- Opinion
- 23 Sep 20
The scars of the past resurface in small town Scandinavia. This will probably sell a few copies…
Despite the repeated prompting of good pals who are in the know, last year’s Knife – or Kniv if you’re the kind of person who insists on telling everyone how you make your own pasta – was the first Jo Nesbo book I actually read. It was marvellous, so I was delighted when this one landed through the door, with a considerable thud. I was mildly disappointed to find the plot did not again concern Harry Hole, Nesbo’s dark, battered, Kripos detective, but this passed quickly once I sat down with the thing.
You probably knew that parts of Norway experience a phenomenon during the summer they call the midnight sun, caused by the earth rotating at a tilted axis relative to the sun, resulting in sunlight twenty-four hours a day.
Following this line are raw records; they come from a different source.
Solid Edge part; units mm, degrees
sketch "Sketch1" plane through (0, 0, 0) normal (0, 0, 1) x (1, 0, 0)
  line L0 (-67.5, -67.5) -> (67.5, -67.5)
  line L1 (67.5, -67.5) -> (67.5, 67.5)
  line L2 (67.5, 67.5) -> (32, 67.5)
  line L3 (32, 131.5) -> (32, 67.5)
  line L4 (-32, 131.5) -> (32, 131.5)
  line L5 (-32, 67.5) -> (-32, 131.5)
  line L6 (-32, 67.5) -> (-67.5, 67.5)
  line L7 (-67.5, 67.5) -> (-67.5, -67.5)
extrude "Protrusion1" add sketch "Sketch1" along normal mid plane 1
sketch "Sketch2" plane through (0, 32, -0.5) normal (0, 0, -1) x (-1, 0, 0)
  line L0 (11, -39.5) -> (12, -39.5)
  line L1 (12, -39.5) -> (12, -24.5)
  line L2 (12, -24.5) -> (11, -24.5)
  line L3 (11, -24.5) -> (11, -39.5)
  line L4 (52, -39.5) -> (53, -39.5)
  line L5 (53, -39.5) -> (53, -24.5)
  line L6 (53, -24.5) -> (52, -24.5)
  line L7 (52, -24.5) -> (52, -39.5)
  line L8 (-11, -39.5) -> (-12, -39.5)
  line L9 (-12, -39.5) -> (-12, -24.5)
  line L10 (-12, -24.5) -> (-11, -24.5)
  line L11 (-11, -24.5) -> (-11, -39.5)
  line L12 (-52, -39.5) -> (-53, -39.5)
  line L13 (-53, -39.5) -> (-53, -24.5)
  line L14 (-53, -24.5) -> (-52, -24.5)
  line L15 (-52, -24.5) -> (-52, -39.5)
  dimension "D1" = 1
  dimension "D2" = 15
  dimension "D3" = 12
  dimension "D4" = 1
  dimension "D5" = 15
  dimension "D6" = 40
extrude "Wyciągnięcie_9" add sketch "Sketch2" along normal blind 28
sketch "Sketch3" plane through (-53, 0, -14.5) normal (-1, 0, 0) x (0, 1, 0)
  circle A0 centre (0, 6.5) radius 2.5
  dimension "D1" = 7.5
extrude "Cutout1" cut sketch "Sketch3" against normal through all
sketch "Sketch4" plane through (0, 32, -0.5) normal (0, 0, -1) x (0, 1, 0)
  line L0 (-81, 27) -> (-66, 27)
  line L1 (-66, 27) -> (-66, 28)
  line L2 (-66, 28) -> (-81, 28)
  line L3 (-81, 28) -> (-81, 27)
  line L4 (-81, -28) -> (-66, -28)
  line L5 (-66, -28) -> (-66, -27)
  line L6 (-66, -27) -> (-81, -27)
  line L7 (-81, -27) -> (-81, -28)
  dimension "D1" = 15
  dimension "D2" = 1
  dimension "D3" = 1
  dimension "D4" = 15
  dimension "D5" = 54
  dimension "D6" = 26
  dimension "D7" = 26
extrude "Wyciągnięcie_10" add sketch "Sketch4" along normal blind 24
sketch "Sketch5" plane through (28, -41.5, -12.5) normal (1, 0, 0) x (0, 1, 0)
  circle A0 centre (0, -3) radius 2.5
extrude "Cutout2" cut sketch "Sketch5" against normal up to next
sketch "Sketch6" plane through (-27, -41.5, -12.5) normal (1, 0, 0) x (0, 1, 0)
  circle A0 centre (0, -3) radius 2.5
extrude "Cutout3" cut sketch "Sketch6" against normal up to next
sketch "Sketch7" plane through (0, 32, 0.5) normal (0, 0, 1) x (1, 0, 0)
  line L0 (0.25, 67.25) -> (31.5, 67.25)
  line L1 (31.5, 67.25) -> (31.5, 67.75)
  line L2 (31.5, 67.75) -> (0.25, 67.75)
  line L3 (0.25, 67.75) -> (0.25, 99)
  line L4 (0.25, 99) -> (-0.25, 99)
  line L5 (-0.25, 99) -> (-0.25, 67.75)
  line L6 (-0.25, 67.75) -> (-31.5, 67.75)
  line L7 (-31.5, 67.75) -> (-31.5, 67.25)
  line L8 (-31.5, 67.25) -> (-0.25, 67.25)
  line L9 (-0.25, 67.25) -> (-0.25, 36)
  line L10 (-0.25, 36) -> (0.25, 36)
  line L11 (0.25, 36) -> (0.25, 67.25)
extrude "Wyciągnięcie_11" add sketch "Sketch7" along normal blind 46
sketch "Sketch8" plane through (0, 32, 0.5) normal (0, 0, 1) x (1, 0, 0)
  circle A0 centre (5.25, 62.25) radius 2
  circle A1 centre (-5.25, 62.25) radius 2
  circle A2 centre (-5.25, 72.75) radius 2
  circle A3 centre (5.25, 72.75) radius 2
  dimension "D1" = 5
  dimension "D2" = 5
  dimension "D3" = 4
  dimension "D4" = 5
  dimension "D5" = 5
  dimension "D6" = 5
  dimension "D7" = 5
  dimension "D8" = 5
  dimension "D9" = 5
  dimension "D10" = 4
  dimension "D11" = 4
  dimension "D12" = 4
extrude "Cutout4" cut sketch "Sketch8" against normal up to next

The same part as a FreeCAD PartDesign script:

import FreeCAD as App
import Part
import Sketcher
Q = App.Units.Quantity

doc = App.newDocument("Part")
params = doc.addObject("Spreadsheet::Sheet", "Params")
for row, (alias, value) in enumerate([
    ("sketch1_width", "135 mm"),
    ("sketch1_width2", "64 mm"),
    ("pad1_length", "1 mm"),
    ("sketch2_width", "1 mm"),
    ("sketch2_height", "15 mm"),
    ("pad2_length", "28 mm"),
    ("sketch3_diameter", "5 mm"),
    ("sketch4_width", "1 mm"),
    ("sketch4_height", "15 mm"),
    ("pad3_length", "24 mm"),
    ("sketch5_diameter", "5 mm"),
    ("sketch6_diameter", "5 mm"),
    ("sketch7_width", "0.5 mm"),
    ("pad4_length", "46 mm"),
    ("sketch8_diameter", "4 mm"),
], start=1):
    params.set(f"A{row}", alias)
    params.set(f"B{row}", "=" + value)
    params.setAlias(f"B{row}", alias)

body = doc.addObject("PartDesign::Body", "Body")

sketch1 = body.newObject("Sketcher::SketchObject", "Sketch")
sketch1.AttachmentSupport = (doc.getObject("XY_Plane"), [""])
sketch1.MapMode = "FlatFace"
sketch1.addGeometry([
    Part.LineSegment(App.Vector(-68, 68, 0), App.Vector(-68, -68, 0)),
    Part.LineSegment(App.Vector(-68, -68, 0), App.Vector(68, -68, 0)),
    Part.LineSegment(App.Vector(68, -68, 0), App.Vector(68, 68, 0)),
    Part.LineSegment(App.Vector(68, 68, 0), App.Vector(32, 68, 0)),
    Part.LineSegment(App.Vector(32, 68, 0), App.Vector(32, 132, 0)),
    Part.LineSegment(App.Vector(32, 132, 0), App.Vector(-32, 132, 0)),
    Part.LineSegment(App.Vector(-32, 132, 0), App.Vector(-32, 68, 0)),
    Part.LineSegment(App.Vector(-32, 68, 0), App.Vector(-68, 68, 0)),
], False)
sketch1.addConstraint([
    Sketcher.Constraint("Coincident", 0, 2, 1, 1),
    Sketcher.Constraint("Coincident", 1, 2, 2, 1),
    Sketcher.Constraint("Coincident", 2, 2, 3, 1),
    Sketcher.Constraint("Coincident", 3, 2, 4, 1),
Well, you wouldn’t know that from Nesbo’s work which is as dark as a coal mine during a power cut. (“Just lovely, Carty. That didn’t feel forced at all.” – Ed). A dog is shot and then has his throat cut to put him out of his misery in the first couple of pages of The Kingdom, so even if his name wasn’t on the front cover, you could still hazard a guess as to who you were dealing with.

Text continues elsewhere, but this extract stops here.